**Your objective:**
Could you return the lines below exactly, from the first line up to and including the line that holds "#32=ORIENTED_EDGE('',*,*,#31,.T.);"?

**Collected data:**
----

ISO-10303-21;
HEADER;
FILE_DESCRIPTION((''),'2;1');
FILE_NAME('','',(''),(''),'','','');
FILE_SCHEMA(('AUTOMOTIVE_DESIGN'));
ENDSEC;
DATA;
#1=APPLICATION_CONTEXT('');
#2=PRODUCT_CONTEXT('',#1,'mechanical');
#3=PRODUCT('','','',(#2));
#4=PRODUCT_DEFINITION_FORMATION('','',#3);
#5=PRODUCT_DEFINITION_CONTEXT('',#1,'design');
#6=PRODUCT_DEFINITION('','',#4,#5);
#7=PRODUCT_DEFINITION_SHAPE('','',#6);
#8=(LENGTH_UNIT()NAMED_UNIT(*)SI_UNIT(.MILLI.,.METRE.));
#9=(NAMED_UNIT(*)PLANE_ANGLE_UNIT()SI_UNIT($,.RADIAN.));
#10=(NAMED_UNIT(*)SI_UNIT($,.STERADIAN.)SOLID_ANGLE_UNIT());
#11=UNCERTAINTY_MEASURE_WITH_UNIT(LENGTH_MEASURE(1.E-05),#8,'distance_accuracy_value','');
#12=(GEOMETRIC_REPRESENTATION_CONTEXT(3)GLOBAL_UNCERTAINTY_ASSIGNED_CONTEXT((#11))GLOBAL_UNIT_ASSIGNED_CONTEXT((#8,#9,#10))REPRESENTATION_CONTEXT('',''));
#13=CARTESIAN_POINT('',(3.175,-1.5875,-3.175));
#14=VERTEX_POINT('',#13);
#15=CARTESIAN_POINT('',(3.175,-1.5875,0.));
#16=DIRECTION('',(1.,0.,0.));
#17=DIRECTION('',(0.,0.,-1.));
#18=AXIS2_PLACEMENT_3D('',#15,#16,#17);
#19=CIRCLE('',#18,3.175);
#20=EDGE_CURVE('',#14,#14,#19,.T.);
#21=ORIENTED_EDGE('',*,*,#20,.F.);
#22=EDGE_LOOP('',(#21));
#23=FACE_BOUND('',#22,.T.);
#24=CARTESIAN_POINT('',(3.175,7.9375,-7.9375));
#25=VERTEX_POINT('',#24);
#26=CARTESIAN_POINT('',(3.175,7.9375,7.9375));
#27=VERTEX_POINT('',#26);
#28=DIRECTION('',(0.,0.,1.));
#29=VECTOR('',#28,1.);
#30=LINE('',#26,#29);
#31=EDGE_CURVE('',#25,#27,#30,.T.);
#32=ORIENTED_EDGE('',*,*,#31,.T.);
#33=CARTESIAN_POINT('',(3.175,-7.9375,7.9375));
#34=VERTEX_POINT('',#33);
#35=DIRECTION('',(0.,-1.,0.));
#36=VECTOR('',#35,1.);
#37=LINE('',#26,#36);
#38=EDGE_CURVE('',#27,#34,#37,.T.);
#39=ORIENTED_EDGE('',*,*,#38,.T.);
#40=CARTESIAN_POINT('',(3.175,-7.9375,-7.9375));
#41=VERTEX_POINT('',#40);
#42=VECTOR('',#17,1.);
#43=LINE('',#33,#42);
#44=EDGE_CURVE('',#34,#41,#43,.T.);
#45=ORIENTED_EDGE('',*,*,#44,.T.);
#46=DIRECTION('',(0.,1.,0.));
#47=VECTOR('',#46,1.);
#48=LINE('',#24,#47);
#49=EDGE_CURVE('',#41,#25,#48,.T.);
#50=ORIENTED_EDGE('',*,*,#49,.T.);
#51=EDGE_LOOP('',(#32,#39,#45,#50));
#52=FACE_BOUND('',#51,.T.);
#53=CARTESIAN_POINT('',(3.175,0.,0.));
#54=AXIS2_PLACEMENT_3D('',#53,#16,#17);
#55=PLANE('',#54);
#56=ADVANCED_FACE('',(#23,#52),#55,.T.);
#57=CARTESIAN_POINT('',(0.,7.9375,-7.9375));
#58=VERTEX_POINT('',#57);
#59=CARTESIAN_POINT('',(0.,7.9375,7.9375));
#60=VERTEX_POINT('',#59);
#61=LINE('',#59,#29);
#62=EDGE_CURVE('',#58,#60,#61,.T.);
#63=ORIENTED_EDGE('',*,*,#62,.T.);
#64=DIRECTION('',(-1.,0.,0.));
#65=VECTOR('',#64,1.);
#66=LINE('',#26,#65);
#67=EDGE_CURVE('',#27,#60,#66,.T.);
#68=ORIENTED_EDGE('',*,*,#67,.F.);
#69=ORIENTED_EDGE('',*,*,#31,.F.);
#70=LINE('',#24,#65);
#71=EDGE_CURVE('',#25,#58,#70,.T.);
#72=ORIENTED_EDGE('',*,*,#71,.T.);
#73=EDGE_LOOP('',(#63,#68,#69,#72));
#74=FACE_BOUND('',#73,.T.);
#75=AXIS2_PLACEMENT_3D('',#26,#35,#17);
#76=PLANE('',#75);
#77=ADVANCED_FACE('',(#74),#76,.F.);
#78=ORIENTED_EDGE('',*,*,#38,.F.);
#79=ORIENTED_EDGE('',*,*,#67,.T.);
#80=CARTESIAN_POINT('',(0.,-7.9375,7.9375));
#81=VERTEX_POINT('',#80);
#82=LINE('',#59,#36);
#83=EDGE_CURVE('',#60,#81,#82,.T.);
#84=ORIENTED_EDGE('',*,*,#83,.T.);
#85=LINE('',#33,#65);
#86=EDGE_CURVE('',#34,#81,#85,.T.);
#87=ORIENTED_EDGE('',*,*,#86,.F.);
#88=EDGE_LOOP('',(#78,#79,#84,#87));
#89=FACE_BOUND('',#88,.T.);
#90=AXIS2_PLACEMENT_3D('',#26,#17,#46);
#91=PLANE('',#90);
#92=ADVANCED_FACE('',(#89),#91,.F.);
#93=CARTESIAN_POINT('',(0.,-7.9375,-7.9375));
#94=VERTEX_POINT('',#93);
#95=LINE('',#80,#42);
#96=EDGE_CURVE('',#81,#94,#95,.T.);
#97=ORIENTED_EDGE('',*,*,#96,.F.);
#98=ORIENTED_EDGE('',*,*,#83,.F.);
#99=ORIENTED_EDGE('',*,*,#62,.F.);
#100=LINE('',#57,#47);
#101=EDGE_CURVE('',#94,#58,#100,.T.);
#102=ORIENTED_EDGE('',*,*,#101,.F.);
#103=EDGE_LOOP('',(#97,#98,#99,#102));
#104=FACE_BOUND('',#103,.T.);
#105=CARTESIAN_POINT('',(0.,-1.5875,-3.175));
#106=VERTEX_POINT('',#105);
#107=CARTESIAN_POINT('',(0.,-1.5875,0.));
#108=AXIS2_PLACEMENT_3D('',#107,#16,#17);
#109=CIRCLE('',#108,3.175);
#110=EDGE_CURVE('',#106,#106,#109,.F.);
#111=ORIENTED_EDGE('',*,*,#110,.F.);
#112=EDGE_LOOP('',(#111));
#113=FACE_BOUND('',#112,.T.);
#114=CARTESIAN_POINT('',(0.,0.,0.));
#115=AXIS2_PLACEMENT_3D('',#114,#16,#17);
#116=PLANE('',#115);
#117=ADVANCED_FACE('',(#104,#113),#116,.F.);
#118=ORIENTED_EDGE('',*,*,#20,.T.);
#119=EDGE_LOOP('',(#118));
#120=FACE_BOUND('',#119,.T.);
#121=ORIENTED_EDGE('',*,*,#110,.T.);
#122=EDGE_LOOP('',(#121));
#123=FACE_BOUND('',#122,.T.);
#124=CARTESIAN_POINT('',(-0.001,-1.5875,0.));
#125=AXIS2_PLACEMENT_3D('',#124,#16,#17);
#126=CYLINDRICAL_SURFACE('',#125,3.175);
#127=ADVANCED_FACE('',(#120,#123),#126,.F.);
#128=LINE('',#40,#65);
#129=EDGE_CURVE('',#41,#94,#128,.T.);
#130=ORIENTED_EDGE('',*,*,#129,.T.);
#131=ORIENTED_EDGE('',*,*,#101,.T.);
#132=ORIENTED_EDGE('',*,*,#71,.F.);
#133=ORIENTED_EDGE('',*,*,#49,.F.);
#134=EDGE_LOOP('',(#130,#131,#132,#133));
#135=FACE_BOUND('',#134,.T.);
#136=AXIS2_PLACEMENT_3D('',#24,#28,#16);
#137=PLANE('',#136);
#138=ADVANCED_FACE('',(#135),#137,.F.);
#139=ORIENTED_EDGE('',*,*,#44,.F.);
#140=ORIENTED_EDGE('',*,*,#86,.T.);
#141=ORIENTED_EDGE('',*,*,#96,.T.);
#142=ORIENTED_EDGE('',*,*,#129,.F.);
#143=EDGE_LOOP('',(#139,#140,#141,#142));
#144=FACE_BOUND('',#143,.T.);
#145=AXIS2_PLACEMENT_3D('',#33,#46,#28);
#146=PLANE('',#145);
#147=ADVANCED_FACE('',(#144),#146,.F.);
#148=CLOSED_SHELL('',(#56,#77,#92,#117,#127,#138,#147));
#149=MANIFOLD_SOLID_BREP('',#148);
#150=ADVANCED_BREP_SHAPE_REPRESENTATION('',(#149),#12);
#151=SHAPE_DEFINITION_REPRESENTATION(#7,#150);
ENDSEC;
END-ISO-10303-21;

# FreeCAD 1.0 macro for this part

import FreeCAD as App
import Part
import Sketcher
Q = App.Units.Quantity


def add_polygon(sketch, points):
    """Adds a closed chain of lines whose ends are joined by coincident constraints."""
    first, n = sketch.GeometryCount, len(points)
    for a, b in zip(points, points[1:] + points[:1]):
        sketch.addGeometry(Part.LineSegment(App.Vector(*a, 0), App.Vector(*b, 0)), False)
    for i in range(n):
        sketch.addConstraint(Sketcher.Constraint("Coincident", first + i, 2, first + (i + 1) % n, 1))

doc = App.newDocument("Part")
body = doc.addObject("PartDesign::Body", "Body")

# Sketch on YZ plane
sketch1 = body.newObject("Sketcher::SketchObject", "Sketch")
sketch1.AttachmentSupport = (doc.getObject("YZ_Plane"), [""])
sketch1.MapMode = "FlatFace"
add_polygon(sketch1, [(7.9375, 7.9375), (-7.9375, 7.9375), (-7.9375, -7.9375), (7.9375, -7.9375)])  # lines 0-3
sketch1.addConstraint([
    Sketcher.Constraint("Horizontal", 0),
    Sketcher.Constraint("Vertical", 1),
    Sketcher.Constraint("Horizontal", 2),
    Sketcher.Constraint("Vertical", 3),
    Sketcher.Constraint("Symmetric", 0, 2, 2, 2, -1, 1),
    Sketcher.Constraint("Equal", 2, 1),
    Sketcher.Constraint("DistanceX", 0, 2, 0, 1, Q("0.625 in")),
])
pad1 = body.newObject("PartDesign::Pad", "Pad")
pad1.Profile = sketch1
pad1.Length = Q("0.125 in")

# Sketch on YZ plane
sketch2 = body.newObject("Sketcher::SketchObject", "Sketch001")
sketch2.AttachmentSupport = (doc.getObject("YZ_Plane"), [""])
sketch2.MapMode = "FlatFace"
sketch2.AttachmentOffset = App.Placement(App.Vector(0, 0, 0.125 * 25.4), App.Rotation())
sketch2.addGeometry(Part.Circle(App.Vector(-1.5875, 0, 0), App.Vector(0, 0, 1), 3.175), False)
sketch2.addConstraint([
    Sketcher.Constraint("PointOnObject", 0, 3, -1),
    Sketcher.Constraint("Diameter", 0, Q("0.25 in")),
    Sketcher.Constraint("DistanceX", 0, 3, -1, 1, Q("0.0625 in")),
])
pocket1 = body.newObject("PartDesign::Pocket", "Pocket")
pocket1.Profile = sketch2
pocket1.Type = "UpToFirst"

doc.recompute()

----

**Written response:**
ISO-10303-21;
HEADER;
FILE_DESCRIPTION((''),'2;1');
FILE_NAME('','',(''),(''),'','','');
FILE_SCHEMA(('AUTOMOTIVE_DESIGN'));
ENDSEC;
DATA;
#1=APPLICATION_CONTEXT('');
#2=PRODUCT_CONTEXT('',#1,'mechanical');
#3=PRODUCT('','','',(#2));
#4=PRODUCT_DEFINITION_FORMATION('','',#3);
#5=PRODUCT_DEFINITION_CONTEXT('',#1,'design');
#6=PRODUCT_DEFINITION('','',#4,#5);
#7=PRODUCT_DEFINITION_SHAPE('','',#6);
#8=(LENGTH_UNIT()NAMED_UNIT(*)SI_UNIT(.MILLI.,.METRE.));
#9=(NAMED_UNIT(*)PLANE_ANGLE_UNIT()SI_UNIT($,.RADIAN.));
#10=(NAMED_UNIT(*)SI_UNIT($,.STERADIAN.)SOLID_ANGLE_UNIT());
#11=UNCERTAINTY_MEASURE_WITH_UNIT(LENGTH_MEASURE(1.E-05),#8,'distance_accuracy_value','');
#12=(GEOMETRIC_REPRESENTATION_CONTEXT(3)GLOBAL_UNCERTAINTY_ASSIGNED_CONTEXT((#11))GLOBAL_UNIT_ASSIGNED_CONTEXT((#8,#9,#10))REPRESENTATION_CONTEXT('',''));
#13=CARTESIAN_POINT('',(3.175,-1.5875,-3.175));
#14=VERTEX_POINT('',#13);
#15=CARTESIAN_POINT('',(3.175,-1.5875,0.));
#16=DIRECTION('',(1.,0.,0.));
#17=DIRECTION('',(0.,0.,-1.));
#18=AXIS2_PLACEMENT_3D('',#15,#16,#17);
#19=CIRCLE('',#18,3.175);
#20=EDGE_CURVE('',#14,#14,#19,.T.);
#21=ORIENTED_EDGE('',*,*,#20,.F.);
#22=EDGE_LOOP('',(#21));
#23=FACE_BOUND('',#22,.T.);
#24=CARTESIAN_POINT('',(3.175,7.9375,-7.9375));
#25=VERTEX_POINT('',#24);
#26=CARTESIAN_POINT('',(3.175,7.9375,7.9375));
#27=VERTEX_POINT('',#26);
#28=DIRECTION('',(0.,0.,1.));
#29=VECTOR('',#28,1.);
#30=LINE('',#26,#29);
#31=EDGE_CURVE('',#25,#27,#30,.T.);
#32=ORIENTED_EDGE('',*,*,#31,.T.);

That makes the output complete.